[[ MATERIALS PROVIDED, beginning ]]

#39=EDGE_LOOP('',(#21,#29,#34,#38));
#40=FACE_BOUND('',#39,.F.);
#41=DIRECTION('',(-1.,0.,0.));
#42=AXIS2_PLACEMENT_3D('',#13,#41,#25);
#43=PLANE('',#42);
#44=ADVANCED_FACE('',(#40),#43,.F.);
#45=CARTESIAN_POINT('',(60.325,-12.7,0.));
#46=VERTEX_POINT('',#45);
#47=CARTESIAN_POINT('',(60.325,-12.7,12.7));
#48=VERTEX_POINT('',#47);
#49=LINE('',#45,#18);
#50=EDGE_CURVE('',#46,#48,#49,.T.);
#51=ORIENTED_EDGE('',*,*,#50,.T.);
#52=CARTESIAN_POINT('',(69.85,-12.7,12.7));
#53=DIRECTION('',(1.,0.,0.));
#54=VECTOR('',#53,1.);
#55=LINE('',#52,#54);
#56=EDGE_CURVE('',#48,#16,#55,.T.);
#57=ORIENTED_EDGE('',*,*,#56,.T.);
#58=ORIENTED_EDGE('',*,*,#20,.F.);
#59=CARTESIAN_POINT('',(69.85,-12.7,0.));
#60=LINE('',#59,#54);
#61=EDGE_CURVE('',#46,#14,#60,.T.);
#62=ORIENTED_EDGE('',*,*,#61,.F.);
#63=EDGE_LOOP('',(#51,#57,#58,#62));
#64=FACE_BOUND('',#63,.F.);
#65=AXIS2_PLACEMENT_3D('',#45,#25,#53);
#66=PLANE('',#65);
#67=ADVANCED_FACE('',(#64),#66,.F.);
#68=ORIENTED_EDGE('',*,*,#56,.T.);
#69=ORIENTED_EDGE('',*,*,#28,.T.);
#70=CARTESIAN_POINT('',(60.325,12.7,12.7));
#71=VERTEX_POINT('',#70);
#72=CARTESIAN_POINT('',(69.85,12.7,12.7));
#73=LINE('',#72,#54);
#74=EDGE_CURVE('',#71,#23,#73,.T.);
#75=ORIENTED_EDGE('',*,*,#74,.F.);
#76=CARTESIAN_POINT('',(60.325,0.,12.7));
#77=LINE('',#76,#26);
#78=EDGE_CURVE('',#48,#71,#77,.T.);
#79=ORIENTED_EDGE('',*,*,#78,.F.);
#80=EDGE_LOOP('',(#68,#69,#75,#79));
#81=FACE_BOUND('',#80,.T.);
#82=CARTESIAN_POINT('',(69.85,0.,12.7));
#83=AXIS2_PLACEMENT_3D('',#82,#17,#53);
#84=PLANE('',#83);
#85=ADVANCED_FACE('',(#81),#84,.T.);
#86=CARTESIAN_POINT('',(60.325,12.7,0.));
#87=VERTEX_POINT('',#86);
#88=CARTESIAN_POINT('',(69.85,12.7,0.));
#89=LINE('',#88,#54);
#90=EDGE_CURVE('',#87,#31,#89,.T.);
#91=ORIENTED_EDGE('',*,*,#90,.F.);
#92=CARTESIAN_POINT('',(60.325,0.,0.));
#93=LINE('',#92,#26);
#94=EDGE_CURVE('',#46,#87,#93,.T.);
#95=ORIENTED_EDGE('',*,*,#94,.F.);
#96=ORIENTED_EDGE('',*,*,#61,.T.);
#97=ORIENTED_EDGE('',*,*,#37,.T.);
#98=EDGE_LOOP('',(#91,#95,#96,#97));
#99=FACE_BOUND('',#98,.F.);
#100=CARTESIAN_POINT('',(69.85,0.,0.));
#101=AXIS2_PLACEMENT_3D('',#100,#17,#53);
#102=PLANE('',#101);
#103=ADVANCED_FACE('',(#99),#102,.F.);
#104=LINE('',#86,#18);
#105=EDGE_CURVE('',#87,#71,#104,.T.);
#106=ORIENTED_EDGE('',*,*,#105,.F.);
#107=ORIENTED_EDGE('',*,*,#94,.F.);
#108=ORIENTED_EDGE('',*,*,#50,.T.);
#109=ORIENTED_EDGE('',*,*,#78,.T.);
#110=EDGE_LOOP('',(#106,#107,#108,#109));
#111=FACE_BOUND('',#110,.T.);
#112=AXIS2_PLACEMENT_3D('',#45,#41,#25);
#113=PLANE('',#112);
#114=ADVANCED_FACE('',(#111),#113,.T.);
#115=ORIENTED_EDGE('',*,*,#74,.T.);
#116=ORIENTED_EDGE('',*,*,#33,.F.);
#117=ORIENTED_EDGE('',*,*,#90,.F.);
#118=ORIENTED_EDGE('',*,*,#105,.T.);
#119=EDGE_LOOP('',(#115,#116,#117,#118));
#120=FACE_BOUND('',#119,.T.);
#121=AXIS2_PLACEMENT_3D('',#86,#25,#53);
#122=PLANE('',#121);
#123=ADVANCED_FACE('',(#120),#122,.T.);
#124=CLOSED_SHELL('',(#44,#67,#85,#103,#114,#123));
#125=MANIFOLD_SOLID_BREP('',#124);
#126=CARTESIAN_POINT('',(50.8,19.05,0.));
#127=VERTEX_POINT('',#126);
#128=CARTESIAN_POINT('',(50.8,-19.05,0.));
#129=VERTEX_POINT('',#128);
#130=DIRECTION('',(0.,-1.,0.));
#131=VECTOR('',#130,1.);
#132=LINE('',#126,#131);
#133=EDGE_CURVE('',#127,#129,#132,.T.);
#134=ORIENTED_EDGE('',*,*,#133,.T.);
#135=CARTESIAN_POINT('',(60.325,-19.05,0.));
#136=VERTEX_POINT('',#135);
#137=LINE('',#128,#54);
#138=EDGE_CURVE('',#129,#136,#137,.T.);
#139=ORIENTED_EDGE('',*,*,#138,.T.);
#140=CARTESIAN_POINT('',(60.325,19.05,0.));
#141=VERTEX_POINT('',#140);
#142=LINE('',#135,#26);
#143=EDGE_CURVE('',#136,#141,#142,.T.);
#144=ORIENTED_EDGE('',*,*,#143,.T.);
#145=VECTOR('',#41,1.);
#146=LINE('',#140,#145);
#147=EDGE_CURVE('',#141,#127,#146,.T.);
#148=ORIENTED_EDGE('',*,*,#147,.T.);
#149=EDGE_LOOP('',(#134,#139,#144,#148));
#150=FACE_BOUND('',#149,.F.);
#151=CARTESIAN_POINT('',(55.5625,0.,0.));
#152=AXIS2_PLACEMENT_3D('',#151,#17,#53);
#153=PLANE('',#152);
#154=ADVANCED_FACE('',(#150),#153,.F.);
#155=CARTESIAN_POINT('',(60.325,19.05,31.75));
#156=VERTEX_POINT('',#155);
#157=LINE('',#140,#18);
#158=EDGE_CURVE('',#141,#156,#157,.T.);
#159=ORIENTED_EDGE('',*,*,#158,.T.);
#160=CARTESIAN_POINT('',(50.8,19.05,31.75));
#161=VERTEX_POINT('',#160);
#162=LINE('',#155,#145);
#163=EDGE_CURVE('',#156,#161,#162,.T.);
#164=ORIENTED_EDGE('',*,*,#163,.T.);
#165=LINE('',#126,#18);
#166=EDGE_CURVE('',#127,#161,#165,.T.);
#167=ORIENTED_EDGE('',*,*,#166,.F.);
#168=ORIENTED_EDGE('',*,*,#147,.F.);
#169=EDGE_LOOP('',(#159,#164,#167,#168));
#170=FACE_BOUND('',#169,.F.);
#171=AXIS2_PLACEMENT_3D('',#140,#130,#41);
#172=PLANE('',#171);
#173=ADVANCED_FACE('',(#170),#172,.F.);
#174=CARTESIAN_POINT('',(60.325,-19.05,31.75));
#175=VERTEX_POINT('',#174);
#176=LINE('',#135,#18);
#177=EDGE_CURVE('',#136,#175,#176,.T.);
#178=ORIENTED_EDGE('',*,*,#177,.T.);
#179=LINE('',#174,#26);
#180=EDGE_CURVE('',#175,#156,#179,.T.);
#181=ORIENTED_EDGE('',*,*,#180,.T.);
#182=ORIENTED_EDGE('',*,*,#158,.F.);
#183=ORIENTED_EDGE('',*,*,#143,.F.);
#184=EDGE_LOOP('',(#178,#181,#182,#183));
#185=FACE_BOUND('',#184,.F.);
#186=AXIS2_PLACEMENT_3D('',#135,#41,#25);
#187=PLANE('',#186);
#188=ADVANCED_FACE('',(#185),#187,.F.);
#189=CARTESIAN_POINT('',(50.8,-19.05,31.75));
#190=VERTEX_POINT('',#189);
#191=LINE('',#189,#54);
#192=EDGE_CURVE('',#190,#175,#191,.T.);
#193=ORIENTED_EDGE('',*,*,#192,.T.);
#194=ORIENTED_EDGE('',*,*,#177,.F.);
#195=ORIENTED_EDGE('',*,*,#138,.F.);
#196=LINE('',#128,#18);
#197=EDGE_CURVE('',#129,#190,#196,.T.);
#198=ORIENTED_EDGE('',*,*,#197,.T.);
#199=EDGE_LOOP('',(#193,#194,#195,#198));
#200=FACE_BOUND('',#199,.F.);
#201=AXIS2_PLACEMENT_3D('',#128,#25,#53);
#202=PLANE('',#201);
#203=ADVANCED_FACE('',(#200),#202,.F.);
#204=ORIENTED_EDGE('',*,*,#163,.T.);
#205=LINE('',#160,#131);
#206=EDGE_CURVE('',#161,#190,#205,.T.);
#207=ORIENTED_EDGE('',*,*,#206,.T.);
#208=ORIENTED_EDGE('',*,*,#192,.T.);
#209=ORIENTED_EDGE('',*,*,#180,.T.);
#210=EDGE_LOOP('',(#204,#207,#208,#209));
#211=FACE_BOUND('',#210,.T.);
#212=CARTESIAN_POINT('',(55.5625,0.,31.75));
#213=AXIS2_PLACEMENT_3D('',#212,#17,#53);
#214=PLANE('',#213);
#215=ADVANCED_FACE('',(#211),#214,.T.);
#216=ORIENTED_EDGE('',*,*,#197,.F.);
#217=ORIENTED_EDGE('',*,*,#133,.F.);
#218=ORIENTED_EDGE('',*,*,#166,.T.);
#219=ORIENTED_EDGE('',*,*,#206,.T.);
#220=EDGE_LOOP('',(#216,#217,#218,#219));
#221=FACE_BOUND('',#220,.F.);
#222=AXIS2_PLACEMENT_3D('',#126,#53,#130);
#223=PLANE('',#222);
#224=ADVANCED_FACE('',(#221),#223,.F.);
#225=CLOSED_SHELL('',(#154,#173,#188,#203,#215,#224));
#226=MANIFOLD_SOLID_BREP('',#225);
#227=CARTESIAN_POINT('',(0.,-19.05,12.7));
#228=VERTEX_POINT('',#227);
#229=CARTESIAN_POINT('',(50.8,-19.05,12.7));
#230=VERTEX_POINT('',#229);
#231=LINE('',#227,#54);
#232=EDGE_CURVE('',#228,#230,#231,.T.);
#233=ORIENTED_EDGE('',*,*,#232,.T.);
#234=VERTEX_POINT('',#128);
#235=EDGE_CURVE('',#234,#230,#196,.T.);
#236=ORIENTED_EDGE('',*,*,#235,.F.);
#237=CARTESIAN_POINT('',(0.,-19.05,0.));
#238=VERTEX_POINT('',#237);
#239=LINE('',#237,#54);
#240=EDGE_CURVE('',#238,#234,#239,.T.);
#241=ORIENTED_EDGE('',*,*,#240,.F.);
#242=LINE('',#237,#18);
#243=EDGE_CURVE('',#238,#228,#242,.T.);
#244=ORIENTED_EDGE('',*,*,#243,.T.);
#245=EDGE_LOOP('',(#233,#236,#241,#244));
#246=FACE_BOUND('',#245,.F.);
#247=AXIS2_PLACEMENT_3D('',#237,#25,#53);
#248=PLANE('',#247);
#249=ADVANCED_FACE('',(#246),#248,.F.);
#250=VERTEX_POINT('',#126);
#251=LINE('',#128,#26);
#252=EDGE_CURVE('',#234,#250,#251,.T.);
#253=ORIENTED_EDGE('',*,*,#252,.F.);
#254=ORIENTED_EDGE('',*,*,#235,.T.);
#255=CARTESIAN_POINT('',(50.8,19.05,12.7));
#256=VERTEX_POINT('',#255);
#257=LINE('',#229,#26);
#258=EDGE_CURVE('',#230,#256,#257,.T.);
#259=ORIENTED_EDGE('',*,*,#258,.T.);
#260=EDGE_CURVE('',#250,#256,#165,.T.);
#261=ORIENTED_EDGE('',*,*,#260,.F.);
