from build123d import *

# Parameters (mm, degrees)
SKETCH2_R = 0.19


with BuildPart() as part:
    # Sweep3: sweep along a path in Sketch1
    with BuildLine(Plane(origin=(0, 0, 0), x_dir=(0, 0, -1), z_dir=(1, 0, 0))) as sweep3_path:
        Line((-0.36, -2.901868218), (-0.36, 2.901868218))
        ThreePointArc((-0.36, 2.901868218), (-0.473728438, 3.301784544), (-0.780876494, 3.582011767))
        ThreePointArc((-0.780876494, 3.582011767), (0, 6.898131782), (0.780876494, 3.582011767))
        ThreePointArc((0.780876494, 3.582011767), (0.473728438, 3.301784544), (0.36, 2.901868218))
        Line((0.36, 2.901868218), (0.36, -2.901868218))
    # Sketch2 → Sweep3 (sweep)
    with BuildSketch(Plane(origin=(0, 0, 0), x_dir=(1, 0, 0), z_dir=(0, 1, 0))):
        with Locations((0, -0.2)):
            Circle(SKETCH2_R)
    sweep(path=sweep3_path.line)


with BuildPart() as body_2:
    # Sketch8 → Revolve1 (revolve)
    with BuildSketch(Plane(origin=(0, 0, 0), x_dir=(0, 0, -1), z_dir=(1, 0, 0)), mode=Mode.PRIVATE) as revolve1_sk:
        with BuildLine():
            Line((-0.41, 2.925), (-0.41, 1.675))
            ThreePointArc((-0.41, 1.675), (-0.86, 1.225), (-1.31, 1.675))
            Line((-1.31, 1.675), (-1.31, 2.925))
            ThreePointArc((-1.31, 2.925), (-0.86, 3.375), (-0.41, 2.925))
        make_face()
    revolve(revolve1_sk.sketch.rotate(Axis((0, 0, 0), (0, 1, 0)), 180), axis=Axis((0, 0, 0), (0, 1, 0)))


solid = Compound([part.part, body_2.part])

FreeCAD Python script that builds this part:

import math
import FreeCAD as App
import Part
import Sketcher
from FreeCAD import Vector
Q = App.Units.Quantity

doc = App.newDocument("Part")
params = doc.addObject("Spreadsheet::Sheet", "Params")
for row, (alias, value) in enumerate([
    ("sketch1_diameter", "0.38 mm"),
    ("sketch2_radius", "0.76 mm"),
    ("sketch2_radius2", "1.75 mm"),
    ("sketch3_radius", "0.45 mm"),
    ("sketch3_width", "1.25 mm"),
    ("revolution_angle", "360 deg"),
], start=1):
    params.set(f"A{row}", alias)
    params.set(f"B{row}", "=" + value)
    params.setAlias(f"B{row}", alias)

body = doc.addObject("PartDesign::Body", "Body")

sketch1 = body.newObject("Sketcher::SketchObject", "Sketch")
sketch1.AttachmentSupport = (doc.getObject("XZ_Plane"), [""])
sketch1.MapMode = "FlatFace"
sketch1.addGeometry(Part.Circle(Vector(0, 0.2, 0), Vector(0, 0, 1), 0.19), False)
sketch1.addConstraint(Sketcher.Constraint("PointOnObject", 0, 3, -2))
sketch1.addConstraint(Sketcher.Constraint("Diameter", 0, Q("0.38 mm")))
sketch1.addConstraint(Sketcher.Constraint("DistanceY", -1, 1, 0, 3, Q("0.2 mm")))
sketch1.setExpression("Constraints[1]", "Params.sketch1_diameter")

sketch2 = body.newObject("Sketcher::SketchObject", "Sketch001")
sketch2.AttachmentSupport = (doc.getObject("YZ_Plane"), [""])
sketch2.MapMode = "FlatFace"
sketch2.addGeometry(Part.LineSegment(Vector(-2.9, 0.4, 0), Vector(2.9, 0.4, 0)), False)
sketch2.addGeometry(Part.ArcOfCircle(Part.Circle(Vector(2.9, 1.1, 0), Vector(0, 0, 1), 0.8), math.radians(-90), math.radians(-27)), False)
sketch2.addGeometry(Part.ArcOfCircle(Part.Circle(Vector(5.1, 0, 0), Vector(0, 0, 1), 1.8), math.radians(-153), math.radians(153)), False)
sketch2.addGeometry(Part.ArcOfCircle(Part.Circle(Vector(2.9, -1.1, 0), Vector(0, 0, 1), 0.8), math.radians(27), math.radians(90)), False)
sketch2.addGeometry(Part.LineSegment(Vector(2.9, -0.4, 0), Vector(-2.9, -0.4, 0)), False)
sketch2.addConstraint(Sketcher.Constraint("Tangent", 0, 2, 1, 1))
sketch2.addConstraint(Sketcher.Constraint("Tangent", 1, 2, 2, 2))
sketch2.addConstraint(Sketcher.Constraint("Tangent", 2, 1, 3, 1))
sketch2.addConstraint(Sketcher.Constraint("Tangent", 3, 2, 4, 1))
sketch2.addConstraint(Sketcher.Constraint("Horizontal", 0))
sketch2.addConstraint(Sketcher.Constraint("Horizontal", 4))
sketch2.addConstraint(Sketcher.Constraint("Equal", 1, 3))
sketch2.addConstraint(Sketcher.Constraint("Symmetric", 0, 1, 3, 2, -1, 1))
sketch2.addConstraint(Sketcher.Constraint("PointOnObject", 2, 3, -1))
sketch2.addConstraint(Sketcher.Constraint("Vertical", 0, 1, 4, 2))
sketch2.addConstraint(Sketcher.Constraint("Radius", 1, Q("0.76 mm")))
sketch2.addConstraint(Sketcher.Constraint("Radius", 2, Q("1.75 mm")))
sketch2.addConstraint(Sketcher.Constraint("DistanceY", -1, 1, 1, 3, Q("1.12 mm")))
sketch2.addConstraint(Sketcher.Constraint("DistanceX", 0, 1, 2, 3, Q("8.05 mm")))
sketch2.setExpression("Constraints[10]", "Params.sketch2_radius")
sketch2.setExpression("Constraints[11]", "Params.sketch2_radius2")
doc.recompute()

additivepipe = body.newObject("PartDesign::AdditivePipe", "AdditivePipe")
additivepipe.Profile = sketch1
additivepipe.Spine = (sketch2, ["Edge1", "Edge2", "Edge3", "Edge4", "Edge5"])
body2 = doc.addObject("PartDesign::Body", "Body001")

sketch3 = body2.newObject("Sketcher::SketchObject", "Sketch002")
sketch3.AttachmentSupport = (doc.getObject("YZ_Plane001"), [""])
sketch3.MapMode = "FlatFace"
sketch3.addGeometry(Part.LineSegment(Vector(1.68, 0.41, 0), Vector(2.92, 0.41, 0)), False)
sketch3.addGeometry(Part.ArcOfCircle(Part.Circle(Vector(2.92, 0.86, 0), Vector(0, 0, 1), 0.45), math.radians(-90), math.radians(90)), False)
sketch3.addGeometry(Part.LineSegment(Vector(2.92, 1.31, 0), Vector(1.68, 1.31, 0)), False)
sketch3.addGeometry(Part.ArcOfCircle(Part.Circle(Vector(1.68, 0.86, 0), Vector(0, 0, 1), 0.45), math.radians(90), math.radians(270)), False)
sketch3.addConstraint(Sketcher.Constraint("Tangent", 0, 2, 1, 1))
sketch3.addConstraint(Sketcher.Constraint("Tangent", 1, 2, 2, 1))
sketch3.addConstraint(Sketcher.Constraint("Tangent", 2, 2, 3, 1))
sketch3.addConstraint(Sketcher.Constraint("Tangent", 3, 2, 0, 1))
sketch3.addConstraint(Sketcher.Constraint("Horizontal", 0))
sketch3.addConstraint(Sketcher.Constraint("Horizontal", 2))
sketch3.addConstraint(Sketcher.Constraint("Radius", 1, Q("0.45 mm")))
sketch3.addConstraint(Sketcher.Constraint("DistanceX", 0, 1, 0, 2, Q("1.25 mm")))
sketch3.addConstraint(Sketcher.Constraint("DistanceY", -1, 1, 1, 3, Q("0.86 mm")))
sketch3.addConstraint(Sketcher.Constraint("DistanceX", -1, 1, 1, 3, Q("2.925 mm")))
sketch3.setExpression("Constraints[6]", "Params.sketch3_radius")
sketch3.setExpression("Constraints[7]", "Params.sketch3_width")
revolution = body2.newObject("PartDesign::Revolution", "Revolution")
revolution.Profile = sketch3
revolution.ReferenceAxis = (sketch3, ["H_Axis"])
revolution.setExpression("Angle", "Params.revolution_angle")

doc.recompute()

[[ MATERIALS PROVIDED, end ]]

* _ACTION ITEM_
Reproduce, exactly as they stand in the data above, the lines from the one that holds "#208=ORIENTED_EDGE('',*,*,#192,.T.);" to the one that holds "#221=FACE_BOUND('',#220,.F.);", inclusive.

* _SOLVED EXERCISE_
#208=ORIENTED_EDGE('',*,*,#192,.T.);
#209=ORIENTED_EDGE('',*,*,#180,.T.);
#210=EDGE_LOOP('',(#204,#207,#208,#209));
#211=FACE_BOUND('',#210,.T.);
#212=CARTESIAN_POINT('',(55.5625,0.,31.75));
#213=AXIS2_PLACEMENT_3D('',#212,#17,#53);
#214=PLANE('',#213);
#215=ADVANCED_FACE('',(#211),#214,.T.);
#216=ORIENTED_EDGE('',*,*,#197,.F.);
#217=ORIENTED_EDGE('',*,*,#133,.F.);
#218=ORIENTED_EDGE('',*,*,#166,.T.);
#219=ORIENTED_EDGE('',*,*,#206,.T.);
#220=EDGE_LOOP('',(#216,#217,#218,#219));
#221=FACE_BOUND('',#220,.F.);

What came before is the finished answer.